For more information please view the package documentation: https://bedapub.github.io/besca/

Please find our preprint posted on bioRxiv here: https://biorxiv.org/cgi/content/short/2020.08.11.245795v2

If you are interested in contributing you can check the repository wiki for helpful information on contributing: https://github.com/bedapub/besca/wiki

Installation

If you are familiar with python packages simply install them using pip:

pip install git+https://github.com/bedapub/besca.git

Besca comes with a binary called reformat written in C and was compiled in linux-64. Therefore, besca runs exclusively on linux-64.

Set the executable flag to the binary file reformat

In some cases, the binary file needs to be made executable. To do so, run the following one-liner.

pip show besca | grep Location | cut -f 2 -d ":" | awk -v OFS="" '{print "chmod u+x" $0 "/besca/export/reformat"}' | bash

If you want to avoid piping to bash, or want to it step by step, here is how to. Show the location of the path and navigate to the besca package.

pip show besca
cd Location/besca

Navigate in the directory containing the binary and make it executeable.

cd export
chmod u+x reformat

Python beginner guide

If you are not very familiar with python packages here is a detailed description.

If you don't have a conda python installation download and install miniconda. While installing we recommend accepting everything asked by the miniconda installation.

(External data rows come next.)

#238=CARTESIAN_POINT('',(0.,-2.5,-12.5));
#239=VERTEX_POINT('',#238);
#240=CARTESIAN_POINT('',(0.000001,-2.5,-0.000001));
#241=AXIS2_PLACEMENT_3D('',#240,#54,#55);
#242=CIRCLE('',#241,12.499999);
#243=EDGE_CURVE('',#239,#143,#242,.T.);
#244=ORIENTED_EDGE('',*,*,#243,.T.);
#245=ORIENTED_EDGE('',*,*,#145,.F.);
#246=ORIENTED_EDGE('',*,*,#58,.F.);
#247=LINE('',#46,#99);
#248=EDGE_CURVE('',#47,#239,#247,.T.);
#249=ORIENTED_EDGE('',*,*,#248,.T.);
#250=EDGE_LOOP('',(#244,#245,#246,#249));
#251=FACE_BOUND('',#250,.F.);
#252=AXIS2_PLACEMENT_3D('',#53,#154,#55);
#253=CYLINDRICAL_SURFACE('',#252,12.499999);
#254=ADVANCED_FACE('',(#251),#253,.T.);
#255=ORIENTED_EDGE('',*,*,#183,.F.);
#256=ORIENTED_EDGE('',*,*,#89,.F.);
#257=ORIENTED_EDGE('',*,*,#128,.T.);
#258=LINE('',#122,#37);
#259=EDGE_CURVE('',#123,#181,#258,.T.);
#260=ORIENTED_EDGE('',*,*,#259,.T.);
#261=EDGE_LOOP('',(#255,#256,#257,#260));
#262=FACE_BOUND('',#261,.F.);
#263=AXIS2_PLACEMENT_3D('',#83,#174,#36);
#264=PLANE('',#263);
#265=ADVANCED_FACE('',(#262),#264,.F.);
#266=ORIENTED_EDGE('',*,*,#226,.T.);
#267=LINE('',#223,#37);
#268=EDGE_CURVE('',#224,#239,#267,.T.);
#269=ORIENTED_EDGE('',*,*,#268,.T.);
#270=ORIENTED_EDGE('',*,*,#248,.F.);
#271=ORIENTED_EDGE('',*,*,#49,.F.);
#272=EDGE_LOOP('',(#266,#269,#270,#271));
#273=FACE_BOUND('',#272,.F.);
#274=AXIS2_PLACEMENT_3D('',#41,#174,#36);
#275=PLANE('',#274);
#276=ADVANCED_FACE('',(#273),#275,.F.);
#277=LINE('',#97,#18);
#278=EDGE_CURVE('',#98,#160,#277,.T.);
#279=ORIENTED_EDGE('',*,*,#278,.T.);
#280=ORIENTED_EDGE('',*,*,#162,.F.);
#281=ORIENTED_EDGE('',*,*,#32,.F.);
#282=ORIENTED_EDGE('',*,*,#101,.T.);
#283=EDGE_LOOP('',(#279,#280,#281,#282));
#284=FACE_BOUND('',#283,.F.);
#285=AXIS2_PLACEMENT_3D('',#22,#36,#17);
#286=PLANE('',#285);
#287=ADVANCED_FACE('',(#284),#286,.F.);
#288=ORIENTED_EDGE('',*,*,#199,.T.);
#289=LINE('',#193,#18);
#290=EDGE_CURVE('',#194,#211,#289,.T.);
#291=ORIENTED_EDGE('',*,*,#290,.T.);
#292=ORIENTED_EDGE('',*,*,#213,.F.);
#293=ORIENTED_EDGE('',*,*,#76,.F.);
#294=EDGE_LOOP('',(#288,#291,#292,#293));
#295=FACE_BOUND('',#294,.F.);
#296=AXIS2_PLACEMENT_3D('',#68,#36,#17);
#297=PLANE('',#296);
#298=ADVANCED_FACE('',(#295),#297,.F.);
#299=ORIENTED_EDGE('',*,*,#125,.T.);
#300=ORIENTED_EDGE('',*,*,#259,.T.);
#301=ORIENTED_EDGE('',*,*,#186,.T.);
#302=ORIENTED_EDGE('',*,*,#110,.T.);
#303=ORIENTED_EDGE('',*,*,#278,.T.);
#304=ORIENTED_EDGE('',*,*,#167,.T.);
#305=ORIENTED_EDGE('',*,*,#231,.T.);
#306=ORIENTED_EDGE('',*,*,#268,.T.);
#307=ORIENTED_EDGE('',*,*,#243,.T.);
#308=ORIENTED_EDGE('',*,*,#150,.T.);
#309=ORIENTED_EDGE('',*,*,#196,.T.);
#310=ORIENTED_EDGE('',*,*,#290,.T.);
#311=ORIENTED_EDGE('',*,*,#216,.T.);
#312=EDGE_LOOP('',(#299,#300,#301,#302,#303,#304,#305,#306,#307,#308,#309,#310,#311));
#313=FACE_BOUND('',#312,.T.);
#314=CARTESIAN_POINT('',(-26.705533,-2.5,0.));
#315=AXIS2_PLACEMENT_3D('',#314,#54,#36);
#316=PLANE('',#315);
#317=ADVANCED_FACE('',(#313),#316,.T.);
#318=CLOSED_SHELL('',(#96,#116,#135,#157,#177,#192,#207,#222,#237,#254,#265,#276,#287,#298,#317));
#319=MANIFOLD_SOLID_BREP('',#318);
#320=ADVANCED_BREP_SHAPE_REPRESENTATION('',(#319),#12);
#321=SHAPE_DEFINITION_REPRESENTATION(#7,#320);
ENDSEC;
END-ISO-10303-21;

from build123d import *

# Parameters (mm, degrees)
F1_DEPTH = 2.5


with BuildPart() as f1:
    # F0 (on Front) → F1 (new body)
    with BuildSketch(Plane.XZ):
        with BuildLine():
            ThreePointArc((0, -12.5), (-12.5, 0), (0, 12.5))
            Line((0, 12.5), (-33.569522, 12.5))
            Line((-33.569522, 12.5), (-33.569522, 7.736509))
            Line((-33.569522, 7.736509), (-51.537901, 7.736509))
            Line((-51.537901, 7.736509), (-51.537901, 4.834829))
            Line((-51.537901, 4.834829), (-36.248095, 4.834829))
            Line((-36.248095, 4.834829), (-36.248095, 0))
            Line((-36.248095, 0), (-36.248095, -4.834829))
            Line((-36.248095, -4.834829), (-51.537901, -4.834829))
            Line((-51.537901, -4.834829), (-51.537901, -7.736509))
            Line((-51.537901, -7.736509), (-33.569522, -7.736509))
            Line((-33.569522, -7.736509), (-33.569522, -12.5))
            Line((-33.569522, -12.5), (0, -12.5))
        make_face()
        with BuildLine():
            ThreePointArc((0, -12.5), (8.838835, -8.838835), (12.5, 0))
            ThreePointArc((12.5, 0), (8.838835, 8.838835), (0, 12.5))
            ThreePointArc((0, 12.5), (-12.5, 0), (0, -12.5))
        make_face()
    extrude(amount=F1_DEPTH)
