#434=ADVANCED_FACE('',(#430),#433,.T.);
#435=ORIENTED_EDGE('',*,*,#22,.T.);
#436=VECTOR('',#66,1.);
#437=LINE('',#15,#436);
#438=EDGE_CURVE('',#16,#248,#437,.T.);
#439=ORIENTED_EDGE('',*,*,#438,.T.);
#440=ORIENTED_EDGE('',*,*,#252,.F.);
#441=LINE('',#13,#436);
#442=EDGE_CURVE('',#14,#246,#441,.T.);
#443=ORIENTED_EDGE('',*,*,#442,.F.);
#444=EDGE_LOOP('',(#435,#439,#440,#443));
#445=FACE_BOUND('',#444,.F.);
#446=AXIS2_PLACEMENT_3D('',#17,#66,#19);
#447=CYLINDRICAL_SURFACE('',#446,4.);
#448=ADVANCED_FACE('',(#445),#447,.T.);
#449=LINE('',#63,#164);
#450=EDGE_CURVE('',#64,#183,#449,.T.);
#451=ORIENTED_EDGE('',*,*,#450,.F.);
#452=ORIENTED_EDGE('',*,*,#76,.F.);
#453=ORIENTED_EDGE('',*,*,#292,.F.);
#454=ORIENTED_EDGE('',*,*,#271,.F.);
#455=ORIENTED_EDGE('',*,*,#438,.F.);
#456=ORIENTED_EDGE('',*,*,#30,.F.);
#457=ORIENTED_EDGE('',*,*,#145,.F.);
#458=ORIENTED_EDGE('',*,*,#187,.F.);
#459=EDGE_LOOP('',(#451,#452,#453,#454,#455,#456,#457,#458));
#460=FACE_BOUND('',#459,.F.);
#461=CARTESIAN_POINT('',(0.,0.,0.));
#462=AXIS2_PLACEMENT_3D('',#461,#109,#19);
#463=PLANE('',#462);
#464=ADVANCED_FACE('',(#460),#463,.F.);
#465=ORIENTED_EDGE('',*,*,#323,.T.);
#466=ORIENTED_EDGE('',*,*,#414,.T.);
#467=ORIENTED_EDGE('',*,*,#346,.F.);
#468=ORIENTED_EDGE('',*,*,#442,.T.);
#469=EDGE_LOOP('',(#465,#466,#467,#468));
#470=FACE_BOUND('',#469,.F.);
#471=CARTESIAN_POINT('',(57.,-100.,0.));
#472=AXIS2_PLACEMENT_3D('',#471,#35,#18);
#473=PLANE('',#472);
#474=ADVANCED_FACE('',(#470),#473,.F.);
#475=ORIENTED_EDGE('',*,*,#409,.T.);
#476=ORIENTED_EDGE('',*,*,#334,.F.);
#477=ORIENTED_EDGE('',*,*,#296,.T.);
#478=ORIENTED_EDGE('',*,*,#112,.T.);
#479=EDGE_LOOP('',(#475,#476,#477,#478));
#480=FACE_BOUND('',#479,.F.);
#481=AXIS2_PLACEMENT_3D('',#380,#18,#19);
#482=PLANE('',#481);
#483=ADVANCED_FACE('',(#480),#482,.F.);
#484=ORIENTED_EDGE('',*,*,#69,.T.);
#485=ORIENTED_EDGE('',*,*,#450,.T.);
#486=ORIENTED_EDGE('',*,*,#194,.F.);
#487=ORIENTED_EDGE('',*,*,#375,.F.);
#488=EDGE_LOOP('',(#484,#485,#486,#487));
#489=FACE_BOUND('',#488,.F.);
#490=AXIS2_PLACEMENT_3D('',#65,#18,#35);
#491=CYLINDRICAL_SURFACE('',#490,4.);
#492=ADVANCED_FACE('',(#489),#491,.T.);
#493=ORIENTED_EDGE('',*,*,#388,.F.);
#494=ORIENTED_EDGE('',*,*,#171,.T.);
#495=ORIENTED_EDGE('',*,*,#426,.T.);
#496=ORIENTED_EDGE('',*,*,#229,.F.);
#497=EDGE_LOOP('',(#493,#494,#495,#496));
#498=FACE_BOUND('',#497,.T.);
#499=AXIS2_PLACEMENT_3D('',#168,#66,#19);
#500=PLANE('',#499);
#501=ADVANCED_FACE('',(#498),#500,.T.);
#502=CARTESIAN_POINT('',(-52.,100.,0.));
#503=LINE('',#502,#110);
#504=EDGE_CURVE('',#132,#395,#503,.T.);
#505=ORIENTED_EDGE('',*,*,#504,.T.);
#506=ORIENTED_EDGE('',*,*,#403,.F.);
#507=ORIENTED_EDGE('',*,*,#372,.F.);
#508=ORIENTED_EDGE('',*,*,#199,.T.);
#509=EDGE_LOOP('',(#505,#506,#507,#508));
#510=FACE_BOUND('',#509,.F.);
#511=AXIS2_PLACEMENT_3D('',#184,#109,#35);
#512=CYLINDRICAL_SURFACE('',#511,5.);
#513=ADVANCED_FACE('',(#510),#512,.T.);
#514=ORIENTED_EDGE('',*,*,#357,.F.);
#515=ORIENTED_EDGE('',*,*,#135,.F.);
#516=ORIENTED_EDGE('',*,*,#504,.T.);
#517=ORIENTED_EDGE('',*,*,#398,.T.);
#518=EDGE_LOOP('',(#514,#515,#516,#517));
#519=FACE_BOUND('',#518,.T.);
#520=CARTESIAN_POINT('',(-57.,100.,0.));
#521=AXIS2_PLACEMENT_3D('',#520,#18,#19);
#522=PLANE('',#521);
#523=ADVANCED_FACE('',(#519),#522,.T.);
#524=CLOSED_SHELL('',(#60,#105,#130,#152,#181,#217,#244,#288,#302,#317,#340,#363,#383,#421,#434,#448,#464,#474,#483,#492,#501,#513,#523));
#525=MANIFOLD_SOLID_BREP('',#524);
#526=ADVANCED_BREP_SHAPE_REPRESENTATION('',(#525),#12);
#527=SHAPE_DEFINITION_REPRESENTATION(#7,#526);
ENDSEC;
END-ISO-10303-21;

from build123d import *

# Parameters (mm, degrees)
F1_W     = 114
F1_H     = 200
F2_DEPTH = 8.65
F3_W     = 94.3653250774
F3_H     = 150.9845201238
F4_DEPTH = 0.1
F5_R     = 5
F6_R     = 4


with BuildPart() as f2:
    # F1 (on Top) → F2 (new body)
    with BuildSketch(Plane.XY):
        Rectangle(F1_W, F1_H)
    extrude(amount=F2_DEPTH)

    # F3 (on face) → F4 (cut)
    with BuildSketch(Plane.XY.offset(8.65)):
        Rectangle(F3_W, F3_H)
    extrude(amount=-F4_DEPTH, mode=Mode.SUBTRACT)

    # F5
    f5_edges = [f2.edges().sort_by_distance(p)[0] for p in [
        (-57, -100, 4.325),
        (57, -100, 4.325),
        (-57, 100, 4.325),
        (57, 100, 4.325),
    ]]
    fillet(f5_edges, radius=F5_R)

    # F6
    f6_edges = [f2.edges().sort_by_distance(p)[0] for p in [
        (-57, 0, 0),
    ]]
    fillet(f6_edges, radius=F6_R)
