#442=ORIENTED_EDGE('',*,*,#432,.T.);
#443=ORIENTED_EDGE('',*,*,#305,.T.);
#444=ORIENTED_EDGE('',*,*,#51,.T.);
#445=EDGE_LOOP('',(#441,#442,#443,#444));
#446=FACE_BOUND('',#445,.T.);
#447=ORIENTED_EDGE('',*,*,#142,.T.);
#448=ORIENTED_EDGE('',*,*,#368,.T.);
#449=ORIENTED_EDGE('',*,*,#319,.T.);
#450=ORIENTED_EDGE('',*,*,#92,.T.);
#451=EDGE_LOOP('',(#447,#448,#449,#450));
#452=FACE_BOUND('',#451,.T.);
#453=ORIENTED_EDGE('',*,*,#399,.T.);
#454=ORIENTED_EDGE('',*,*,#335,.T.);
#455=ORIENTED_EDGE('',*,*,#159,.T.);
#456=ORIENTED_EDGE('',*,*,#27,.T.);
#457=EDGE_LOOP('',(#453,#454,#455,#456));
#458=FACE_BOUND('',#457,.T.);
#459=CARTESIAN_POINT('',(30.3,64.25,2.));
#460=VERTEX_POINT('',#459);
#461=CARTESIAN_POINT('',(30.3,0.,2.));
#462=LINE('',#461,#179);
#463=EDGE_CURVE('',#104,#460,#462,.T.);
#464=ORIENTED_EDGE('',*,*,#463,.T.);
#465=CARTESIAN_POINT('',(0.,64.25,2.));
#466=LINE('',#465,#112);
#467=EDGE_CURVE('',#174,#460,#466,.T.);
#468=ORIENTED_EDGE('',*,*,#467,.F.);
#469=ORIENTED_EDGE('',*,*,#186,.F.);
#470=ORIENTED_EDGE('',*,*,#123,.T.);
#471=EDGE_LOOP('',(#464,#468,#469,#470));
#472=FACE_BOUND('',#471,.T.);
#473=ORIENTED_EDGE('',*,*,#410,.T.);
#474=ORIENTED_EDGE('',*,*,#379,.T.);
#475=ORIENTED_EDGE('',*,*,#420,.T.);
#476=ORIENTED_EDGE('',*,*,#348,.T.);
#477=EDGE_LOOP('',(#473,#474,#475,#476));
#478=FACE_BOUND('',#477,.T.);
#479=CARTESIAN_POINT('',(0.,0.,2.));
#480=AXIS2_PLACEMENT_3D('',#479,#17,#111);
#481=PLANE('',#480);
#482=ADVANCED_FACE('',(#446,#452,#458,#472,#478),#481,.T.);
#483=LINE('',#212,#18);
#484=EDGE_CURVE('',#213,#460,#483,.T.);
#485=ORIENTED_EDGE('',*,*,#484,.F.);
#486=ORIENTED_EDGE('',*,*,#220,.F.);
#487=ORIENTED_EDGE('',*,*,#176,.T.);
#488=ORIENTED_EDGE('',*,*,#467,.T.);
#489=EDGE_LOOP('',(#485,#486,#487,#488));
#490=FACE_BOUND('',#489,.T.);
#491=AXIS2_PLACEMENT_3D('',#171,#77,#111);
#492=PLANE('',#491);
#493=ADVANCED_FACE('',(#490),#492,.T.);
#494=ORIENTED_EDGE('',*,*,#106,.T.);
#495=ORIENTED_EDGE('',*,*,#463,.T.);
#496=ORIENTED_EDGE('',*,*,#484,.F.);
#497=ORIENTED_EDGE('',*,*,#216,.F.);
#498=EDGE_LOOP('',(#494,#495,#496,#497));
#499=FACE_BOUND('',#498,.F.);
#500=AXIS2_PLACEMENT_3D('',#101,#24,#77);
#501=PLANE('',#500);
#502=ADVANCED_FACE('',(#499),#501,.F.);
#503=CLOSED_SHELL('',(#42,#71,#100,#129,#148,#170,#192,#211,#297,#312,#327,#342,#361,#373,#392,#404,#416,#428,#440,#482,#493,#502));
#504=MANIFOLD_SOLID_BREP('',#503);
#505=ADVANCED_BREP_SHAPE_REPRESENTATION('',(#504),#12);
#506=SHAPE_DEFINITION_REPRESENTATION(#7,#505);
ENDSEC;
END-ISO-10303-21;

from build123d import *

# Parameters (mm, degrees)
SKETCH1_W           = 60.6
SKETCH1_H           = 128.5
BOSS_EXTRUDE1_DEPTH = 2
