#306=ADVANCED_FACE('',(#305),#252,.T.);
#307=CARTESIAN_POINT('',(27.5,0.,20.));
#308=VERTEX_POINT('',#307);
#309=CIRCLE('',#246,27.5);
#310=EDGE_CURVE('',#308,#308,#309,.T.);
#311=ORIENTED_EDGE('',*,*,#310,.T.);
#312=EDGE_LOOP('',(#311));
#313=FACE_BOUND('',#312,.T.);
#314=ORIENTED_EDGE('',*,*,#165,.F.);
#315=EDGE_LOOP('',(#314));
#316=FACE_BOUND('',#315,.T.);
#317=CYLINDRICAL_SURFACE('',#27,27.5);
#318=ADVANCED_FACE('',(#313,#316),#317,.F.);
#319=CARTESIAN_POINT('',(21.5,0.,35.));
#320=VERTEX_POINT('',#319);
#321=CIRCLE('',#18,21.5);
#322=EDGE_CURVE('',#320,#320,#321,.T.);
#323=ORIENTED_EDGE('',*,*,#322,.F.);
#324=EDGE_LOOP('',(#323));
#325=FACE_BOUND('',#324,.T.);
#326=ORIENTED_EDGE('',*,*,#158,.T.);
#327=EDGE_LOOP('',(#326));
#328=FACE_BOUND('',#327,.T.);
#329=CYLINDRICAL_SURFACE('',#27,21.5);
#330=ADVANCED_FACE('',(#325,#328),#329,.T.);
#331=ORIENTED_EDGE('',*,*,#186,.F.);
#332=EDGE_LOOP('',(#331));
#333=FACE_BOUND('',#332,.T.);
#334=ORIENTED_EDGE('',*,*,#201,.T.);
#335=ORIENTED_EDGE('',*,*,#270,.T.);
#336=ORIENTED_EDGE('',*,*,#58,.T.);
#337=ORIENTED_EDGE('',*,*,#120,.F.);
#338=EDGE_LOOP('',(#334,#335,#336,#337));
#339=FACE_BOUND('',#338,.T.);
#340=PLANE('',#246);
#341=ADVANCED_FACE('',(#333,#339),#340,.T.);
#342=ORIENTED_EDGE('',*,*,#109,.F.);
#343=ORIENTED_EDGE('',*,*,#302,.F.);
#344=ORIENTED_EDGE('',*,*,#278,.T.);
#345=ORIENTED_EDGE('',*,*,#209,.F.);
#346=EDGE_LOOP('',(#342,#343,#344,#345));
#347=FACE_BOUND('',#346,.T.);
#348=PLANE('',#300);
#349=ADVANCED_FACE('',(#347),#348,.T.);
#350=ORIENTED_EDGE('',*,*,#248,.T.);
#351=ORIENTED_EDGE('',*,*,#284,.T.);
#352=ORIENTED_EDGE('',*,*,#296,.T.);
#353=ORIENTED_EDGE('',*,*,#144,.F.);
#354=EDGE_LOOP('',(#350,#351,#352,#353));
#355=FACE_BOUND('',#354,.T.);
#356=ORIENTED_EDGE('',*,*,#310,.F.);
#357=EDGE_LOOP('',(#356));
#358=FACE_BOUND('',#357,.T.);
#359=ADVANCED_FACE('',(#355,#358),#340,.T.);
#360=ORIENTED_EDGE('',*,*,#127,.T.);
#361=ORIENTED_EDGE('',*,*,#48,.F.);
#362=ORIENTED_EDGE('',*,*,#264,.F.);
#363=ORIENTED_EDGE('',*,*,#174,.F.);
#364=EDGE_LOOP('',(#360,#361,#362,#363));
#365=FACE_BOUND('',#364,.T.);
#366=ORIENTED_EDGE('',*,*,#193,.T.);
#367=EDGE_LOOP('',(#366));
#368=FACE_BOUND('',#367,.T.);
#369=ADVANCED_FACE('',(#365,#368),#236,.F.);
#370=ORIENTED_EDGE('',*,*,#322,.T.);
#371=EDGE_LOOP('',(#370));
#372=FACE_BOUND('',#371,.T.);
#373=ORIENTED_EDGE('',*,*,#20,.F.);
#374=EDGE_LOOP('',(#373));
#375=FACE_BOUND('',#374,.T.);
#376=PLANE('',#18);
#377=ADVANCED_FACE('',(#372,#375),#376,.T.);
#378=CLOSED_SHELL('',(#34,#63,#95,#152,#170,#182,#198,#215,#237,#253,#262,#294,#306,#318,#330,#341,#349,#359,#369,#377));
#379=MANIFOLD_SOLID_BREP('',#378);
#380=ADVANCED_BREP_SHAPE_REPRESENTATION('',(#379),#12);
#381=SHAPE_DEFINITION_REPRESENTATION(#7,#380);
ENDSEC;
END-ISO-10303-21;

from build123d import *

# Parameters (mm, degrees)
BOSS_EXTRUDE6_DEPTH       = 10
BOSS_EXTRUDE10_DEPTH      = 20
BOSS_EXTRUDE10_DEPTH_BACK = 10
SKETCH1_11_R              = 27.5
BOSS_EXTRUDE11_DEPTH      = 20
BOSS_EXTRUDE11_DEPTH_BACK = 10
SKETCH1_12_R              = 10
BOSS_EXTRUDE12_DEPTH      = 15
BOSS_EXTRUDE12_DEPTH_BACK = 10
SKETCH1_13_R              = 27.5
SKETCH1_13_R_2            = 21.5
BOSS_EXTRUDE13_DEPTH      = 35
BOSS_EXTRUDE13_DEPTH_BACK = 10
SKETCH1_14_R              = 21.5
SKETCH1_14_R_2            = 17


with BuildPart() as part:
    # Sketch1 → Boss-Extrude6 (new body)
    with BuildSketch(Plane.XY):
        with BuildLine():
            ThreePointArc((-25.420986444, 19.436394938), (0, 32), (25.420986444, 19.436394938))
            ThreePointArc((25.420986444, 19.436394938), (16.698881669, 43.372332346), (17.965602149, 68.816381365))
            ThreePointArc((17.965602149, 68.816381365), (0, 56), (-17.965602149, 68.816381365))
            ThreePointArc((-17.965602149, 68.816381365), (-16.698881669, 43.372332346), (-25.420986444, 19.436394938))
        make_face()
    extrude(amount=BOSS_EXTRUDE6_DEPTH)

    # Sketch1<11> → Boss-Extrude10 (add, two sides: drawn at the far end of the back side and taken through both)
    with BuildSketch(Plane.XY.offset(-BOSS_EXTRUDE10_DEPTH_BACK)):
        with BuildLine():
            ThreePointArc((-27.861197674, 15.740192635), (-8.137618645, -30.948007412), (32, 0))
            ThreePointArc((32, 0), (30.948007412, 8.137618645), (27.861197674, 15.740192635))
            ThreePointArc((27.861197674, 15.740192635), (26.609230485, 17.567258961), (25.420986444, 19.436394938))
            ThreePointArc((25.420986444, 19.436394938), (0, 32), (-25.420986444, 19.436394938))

As a next step, we create a separate environment for besca which is also called besca.

conda create --name besca python=3.7.1

We can activate this environment.

conda activate besca

Within this environment, we can install besca using pip.

pip install git+https://github.com/bedapub/besca.git

Now following the instruction above to set the executable flag to the binary file shipped with besca.

You should now have successfully installed besca.

In case you met any problems, please report an issue.

R dependencies for additional methods

Although the standard workflow can be run without any R dependencies, BESCA can run a selection of performant methods developed in R. These additional methods are :

  • isOutlier from scater: for outlier detection and filtering recommendations. Implemented in the besca.pp.valOutlier function.
  • SCTransform : one of the normalization methods proposed by the Seurat package. Implemented in the besca.pp.scTransform function.
  • maxLikGlobalDimEst from intrinsicDimension : for an estimation of the number of dimensions to use for clustering. Implemented in the besca.st.maxLikGlobalDimEst function.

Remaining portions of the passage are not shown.